Could you restate all of the entries, word for word?

======== Listed entries ========

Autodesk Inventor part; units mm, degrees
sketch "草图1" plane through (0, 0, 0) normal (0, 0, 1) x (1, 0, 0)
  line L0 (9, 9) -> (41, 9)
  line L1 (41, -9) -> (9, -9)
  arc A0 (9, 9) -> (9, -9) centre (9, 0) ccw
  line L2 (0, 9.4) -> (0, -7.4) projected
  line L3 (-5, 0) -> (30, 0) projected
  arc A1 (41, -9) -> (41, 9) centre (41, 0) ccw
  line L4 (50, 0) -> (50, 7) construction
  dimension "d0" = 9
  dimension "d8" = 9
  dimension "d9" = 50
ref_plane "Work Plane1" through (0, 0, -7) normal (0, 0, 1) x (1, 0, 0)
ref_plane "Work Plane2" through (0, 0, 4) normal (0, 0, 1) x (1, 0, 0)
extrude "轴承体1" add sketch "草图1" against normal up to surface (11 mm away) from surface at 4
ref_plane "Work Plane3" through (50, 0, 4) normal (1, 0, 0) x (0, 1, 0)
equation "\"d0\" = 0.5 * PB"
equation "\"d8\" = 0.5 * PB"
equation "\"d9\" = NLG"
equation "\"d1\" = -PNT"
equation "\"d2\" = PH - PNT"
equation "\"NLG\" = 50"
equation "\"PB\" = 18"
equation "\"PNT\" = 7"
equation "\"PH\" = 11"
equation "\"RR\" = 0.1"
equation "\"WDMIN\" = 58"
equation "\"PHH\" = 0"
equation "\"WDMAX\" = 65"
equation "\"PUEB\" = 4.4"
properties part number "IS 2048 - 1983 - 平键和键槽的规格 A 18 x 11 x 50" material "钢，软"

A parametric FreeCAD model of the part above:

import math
import FreeCAD as App
import Part
import Sketcher

doc = App.newDocument("Part")
body = doc.addObject("PartDesign::Body", "Body")

# Sketch on XY plane
sketch1 = body.newObject("Sketcher::SketchObject", "Sketch")
sketch1.AttachmentSupport = (doc.getObject("XY_Plane"), [""])
sketch1.MapMode = "FlatFace"
sketch1.AttachmentOffset = App.Placement(App.Vector(0, 0, 4), App.Rotation())
sketch1.addGeometry([
    Part.LineSegment(App.Vector(41, 9, 0), App.Vector(9, 9, 0)),
    Part.ArcOfCircle(Part.Circle(App.Vector(9, 0, 0), App.Vector(0, 0, 1), 9), math.radians(90), math.radians(270)),
    Part.LineSegment(App.Vector(9, -9, 0), App.Vector(41, -9, 0)),
    Part.ArcOfCircle(Part.Circle(App.Vector(41, 0, 0), App.Vector(0, 0, 1), 9), math.radians(-90), math.radians(90)),
], False)
sketch1.addConstraint([
    Sketcher.Constraint("Tangent", 0, 2, 1, 1),
    Sketcher.Constraint("Tangent", 1, 2, 2, 1),
    Sketcher.Constraint("Tangent", 2, 2, 3, 1),
    Sketcher.Constraint("Tangent", 3, 2, 0, 1),
    Sketcher.Constraint("Horizontal", 0),
    Sketcher.Constraint("Horizontal", 2),
    Sketcher.Constraint("PointOnObject", 1, 3, -1),
    Sketcher.Constraint("Radius", 1, 9.0),
    Sketcher.Constraint("DistanceX", -1, 1, 1, 3, 9.0),
    Sketcher.Constraint("DistanceX", 0, 2, 0, 1, 32.0),
])
pad1 = body.newObject("PartDesign::Pad", "Pad")
pad1.Profile = sketch1
pad1.Length = 11
pad1.Reversed = True

doc.recompute()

========

Solution to the exercise —
Autodesk Inventor part; units mm, degrees
sketch "草图1" plane through (0, 0, 0) normal (0, 0, 1) x (1, 0, 0)
  line L0 (9, 9) -> (41, 9)
  line L1 (41, -9) -> (9, -9)
  arc A0 (9, 9) -> (9, -9) centre (9, 0) ccw
  line L2 (0, 9.4) -> (0, -7.4) projected
  line L3 (-5, 0) -> (30, 0) projected
  arc A1 (41, -9) -> (41, 9) centre (41, 0) ccw
  line L4 (50, 0) -> (50, 7) construction
  dimension "d0" = 9
  dimension "d8" = 9
  dimension "d9" = 50
ref_plane "Work Plane1" through (0, 0, -7) normal (0, 0, 1) x (1, 0, 0)
ref_plane "Work Plane2" through (0, 0, 4) normal (0, 0, 1) x (1, 0, 0)
extrude "轴承体1" add sketch "草图1" against normal up to surface (11 mm away) from surface at 4
ref_plane "Work Plane3" through (50, 0, 4) normal (1, 0, 0) x (0, 1, 0)
equation "\"d0\" = 0.5 * PB"
equation "\"d8\" = 0.5 * PB"
equation "\"d9\" = NLG"
equation "\"d1\" = -PNT"
equation "\"d2\" = PH - PNT"
equation "\"NLG\" = 50"
equation "\"PB\" = 18"
equation "\"PNT\" = 7"
equation "\"PH\" = 11"
equation "\"RR\" = 0.1"
equation "\"WDMIN\" = 58"
equation "\"PHH\" = 0"
equation "\"WDMAX\" = 65"
equation "\"PUEB\" = 4.4"
properties part number "IS 2048 - 1983 - 平键和键槽的规格 A 18 x 11 x 50" material "钢，软"

A parametric FreeCAD model of the part above:

import math
import FreeCAD as App
import Part
import Sketcher

doc = App.newDocument("Part")
body = doc.addObject("PartDesign::Body", "Body")

# Sketch on XY plane
sketch1 = body.newObject("Sketcher::SketchObject", "Sketch")
sketch1.AttachmentSupport = (doc.getObject("XY_Plane"), [""])
sketch1.MapMode = "FlatFace"
sketch1.AttachmentOffset = App.Placement(App.Vector(0, 0, 4), App.Rotation())
sketch1.addGeometry([
    Part.LineSegment(App.Vector(41, 9, 0), App.Vector(9, 9, 0)),
    Part.ArcOfCircle(Part.Circle(App.Vector(9, 0, 0), App.Vector(0, 0, 1), 9), math.radians(90), math.radians(270)),
    Part.LineSegment(App.Vector(9, -9, 0), App.Vector(41, -9, 0)),
    Part.ArcOfCircle(Part.Circle(App.Vector(41, 0, 0), App.Vector(0, 0, 1), 9), math.radians(-90), math.radians(90)),
], False)
sketch1.addConstraint([
    Sketcher.Constraint("Tangent", 0, 2, 1, 1),
    Sketcher.Constraint("Tangent", 1, 2, 2, 1),
    Sketcher.Constraint("Tangent", 2, 2, 3, 1),
    Sketcher.Constraint("Tangent", 3, 2, 0, 1),
    Sketcher.Constraint("Horizontal", 0),
    Sketcher.Constraint("Horizontal", 2),
    Sketcher.Constraint("PointOnObject", 1, 3, -1),
    Sketcher.Constraint("Radius", 1, 9.0),
    Sketcher.Constraint("DistanceX", -1, 1, 1, 3, 9.0),
    Sketcher.Constraint("DistanceX", 0, 2, 0, 1, 32.0),
])
pad1 = body.newObject("PartDesign::Pad", "Pad")
pad1.Profile = sketch1
pad1.Length = 11
pad1.Reversed = True

doc.recompute()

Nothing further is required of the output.